(Saved entries)
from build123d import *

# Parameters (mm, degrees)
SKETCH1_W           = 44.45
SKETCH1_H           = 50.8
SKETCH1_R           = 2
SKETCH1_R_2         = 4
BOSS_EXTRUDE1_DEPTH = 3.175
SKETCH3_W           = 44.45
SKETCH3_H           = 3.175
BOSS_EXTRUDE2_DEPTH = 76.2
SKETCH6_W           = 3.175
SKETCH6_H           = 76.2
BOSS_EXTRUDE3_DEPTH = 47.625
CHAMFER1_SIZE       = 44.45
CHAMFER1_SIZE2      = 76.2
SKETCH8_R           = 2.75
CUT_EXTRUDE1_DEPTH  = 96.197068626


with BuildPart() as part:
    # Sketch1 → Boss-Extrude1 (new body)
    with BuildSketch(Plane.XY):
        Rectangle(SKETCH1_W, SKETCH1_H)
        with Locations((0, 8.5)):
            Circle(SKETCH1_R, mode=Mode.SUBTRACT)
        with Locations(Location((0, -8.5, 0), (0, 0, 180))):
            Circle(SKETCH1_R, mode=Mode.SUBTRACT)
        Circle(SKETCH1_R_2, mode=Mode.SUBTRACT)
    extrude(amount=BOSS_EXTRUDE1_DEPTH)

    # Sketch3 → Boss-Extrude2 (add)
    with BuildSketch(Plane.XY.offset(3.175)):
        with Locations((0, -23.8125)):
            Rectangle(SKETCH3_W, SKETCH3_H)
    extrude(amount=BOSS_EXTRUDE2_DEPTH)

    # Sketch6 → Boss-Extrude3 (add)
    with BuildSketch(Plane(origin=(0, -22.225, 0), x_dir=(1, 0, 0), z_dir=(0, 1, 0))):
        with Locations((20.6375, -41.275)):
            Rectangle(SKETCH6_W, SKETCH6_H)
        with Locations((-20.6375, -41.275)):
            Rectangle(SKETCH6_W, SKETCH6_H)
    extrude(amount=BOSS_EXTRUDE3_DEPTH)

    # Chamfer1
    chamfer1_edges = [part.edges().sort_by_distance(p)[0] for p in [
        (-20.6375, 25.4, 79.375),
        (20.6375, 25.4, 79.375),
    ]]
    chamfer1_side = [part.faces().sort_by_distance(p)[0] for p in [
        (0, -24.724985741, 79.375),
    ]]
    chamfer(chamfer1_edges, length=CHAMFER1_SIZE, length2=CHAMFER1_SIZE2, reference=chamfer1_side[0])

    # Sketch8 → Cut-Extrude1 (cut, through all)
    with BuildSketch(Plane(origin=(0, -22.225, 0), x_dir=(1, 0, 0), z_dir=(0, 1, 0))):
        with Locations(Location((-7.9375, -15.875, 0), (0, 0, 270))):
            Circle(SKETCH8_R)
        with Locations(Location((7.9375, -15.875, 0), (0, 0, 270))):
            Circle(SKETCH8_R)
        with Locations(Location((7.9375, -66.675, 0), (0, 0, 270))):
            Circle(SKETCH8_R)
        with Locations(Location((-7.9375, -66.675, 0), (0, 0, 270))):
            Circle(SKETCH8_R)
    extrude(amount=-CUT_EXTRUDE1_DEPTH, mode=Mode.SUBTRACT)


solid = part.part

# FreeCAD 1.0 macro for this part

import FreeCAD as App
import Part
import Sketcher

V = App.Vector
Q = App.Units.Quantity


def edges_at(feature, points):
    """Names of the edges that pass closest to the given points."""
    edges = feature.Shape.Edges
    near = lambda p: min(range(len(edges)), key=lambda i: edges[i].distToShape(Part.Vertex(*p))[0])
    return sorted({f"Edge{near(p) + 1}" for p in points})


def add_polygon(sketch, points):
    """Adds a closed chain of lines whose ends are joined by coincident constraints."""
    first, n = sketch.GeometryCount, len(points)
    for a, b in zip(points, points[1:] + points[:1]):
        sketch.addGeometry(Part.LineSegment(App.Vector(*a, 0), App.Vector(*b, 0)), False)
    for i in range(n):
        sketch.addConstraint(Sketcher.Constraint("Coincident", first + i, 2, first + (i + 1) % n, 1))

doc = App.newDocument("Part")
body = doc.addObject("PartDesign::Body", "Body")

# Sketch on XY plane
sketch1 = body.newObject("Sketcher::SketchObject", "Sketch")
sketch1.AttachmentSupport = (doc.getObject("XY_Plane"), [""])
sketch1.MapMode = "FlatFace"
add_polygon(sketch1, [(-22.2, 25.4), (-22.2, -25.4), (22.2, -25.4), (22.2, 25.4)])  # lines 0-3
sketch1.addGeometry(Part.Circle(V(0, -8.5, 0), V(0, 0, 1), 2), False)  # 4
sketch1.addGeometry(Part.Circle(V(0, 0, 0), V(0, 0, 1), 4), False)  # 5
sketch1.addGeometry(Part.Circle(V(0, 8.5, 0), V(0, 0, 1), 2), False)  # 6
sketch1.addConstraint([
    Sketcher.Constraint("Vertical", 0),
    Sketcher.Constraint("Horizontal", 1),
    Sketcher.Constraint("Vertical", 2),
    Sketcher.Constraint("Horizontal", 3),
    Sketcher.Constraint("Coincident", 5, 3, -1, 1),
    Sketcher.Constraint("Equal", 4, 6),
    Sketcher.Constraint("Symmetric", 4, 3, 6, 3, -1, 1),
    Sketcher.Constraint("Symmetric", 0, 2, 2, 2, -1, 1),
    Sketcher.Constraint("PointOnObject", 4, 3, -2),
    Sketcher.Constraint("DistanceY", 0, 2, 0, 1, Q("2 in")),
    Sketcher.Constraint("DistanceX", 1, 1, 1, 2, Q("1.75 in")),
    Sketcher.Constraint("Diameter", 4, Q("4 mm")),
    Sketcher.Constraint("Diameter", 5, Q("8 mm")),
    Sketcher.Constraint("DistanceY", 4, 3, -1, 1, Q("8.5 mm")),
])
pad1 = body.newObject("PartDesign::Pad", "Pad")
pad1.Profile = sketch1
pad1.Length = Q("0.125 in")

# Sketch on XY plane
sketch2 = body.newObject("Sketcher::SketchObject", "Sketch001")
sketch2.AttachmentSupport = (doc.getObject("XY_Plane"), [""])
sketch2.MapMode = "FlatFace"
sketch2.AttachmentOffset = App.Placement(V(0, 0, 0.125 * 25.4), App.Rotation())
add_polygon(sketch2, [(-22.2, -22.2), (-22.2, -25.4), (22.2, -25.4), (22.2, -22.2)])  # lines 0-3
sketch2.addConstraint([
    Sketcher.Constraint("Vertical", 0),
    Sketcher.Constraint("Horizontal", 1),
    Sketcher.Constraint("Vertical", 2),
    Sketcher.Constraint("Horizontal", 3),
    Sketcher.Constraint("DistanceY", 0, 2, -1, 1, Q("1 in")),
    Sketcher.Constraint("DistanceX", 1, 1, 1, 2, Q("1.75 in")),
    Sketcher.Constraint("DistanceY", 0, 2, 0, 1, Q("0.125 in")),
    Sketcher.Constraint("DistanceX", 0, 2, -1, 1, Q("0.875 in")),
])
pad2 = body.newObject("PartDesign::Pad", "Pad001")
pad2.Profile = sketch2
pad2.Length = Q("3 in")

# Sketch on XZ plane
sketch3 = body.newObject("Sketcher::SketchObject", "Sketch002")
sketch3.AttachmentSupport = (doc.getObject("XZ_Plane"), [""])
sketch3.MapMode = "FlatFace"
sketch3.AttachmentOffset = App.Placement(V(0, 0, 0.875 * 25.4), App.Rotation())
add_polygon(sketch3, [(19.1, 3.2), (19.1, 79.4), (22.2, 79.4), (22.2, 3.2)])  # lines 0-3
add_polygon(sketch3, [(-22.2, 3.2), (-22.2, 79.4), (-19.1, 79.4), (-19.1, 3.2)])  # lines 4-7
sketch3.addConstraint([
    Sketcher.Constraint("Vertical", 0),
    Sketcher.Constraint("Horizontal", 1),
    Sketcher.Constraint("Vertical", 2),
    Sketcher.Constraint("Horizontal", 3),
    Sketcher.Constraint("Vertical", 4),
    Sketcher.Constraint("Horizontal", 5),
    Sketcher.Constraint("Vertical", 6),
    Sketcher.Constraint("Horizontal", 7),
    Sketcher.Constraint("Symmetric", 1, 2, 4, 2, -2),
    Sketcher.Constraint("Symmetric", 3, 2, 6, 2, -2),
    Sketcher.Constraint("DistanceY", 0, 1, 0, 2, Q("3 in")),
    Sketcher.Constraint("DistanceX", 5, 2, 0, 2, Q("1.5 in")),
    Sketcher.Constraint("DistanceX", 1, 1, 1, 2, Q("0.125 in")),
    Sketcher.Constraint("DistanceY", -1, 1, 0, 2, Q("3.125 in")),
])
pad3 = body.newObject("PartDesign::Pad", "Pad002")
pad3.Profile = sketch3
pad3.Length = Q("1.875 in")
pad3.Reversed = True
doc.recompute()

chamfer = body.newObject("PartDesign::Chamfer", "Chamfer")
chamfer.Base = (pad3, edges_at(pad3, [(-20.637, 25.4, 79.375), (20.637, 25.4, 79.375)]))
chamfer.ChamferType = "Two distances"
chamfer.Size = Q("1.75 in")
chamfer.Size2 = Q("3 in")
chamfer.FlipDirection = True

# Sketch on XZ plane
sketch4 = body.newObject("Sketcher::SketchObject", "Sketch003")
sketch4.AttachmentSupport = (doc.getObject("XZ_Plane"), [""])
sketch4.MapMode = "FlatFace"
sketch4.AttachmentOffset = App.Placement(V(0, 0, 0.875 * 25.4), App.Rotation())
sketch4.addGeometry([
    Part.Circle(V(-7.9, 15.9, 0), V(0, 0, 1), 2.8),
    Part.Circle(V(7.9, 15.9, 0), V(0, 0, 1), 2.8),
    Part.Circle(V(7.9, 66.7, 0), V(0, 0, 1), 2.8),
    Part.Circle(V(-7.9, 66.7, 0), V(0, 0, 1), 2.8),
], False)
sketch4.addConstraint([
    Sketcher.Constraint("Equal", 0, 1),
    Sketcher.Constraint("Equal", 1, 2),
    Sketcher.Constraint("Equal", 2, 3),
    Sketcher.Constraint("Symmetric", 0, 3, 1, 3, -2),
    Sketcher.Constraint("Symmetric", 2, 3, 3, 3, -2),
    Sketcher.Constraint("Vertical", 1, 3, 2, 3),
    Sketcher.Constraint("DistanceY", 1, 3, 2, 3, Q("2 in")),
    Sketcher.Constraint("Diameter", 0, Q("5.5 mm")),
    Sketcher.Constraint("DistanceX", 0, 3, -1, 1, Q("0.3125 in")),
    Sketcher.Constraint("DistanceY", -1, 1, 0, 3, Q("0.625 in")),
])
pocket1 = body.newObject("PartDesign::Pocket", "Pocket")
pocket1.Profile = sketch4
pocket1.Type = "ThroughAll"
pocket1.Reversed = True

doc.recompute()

Task directions: Copy out the lines above exactly, beginning at the one that contains "BOSS_EXTRUDE1_DEPTH = 3.175" and ending at the one that contains "with BuildPart() as".

Result for this task:
BOSS_EXTRUDE1_DEPTH = 3.175
SKETCH3_W           = 44.45
SKETCH3_H           = 3.175
BOSS_EXTRUDE2_DEPTH = 76.2
SKETCH6_W           = 3.175
SKETCH6_H           = 76.2
BOSS_EXTRUDE3_DEPTH = 47.625
CHAMFER1_SIZE       = 44.45
CHAMFER1_SIZE2      = 76.2
SKETCH8_R           = 2.75
CUT_EXTRUDE1_DEPTH  = 96.197068626


with BuildPart() as part:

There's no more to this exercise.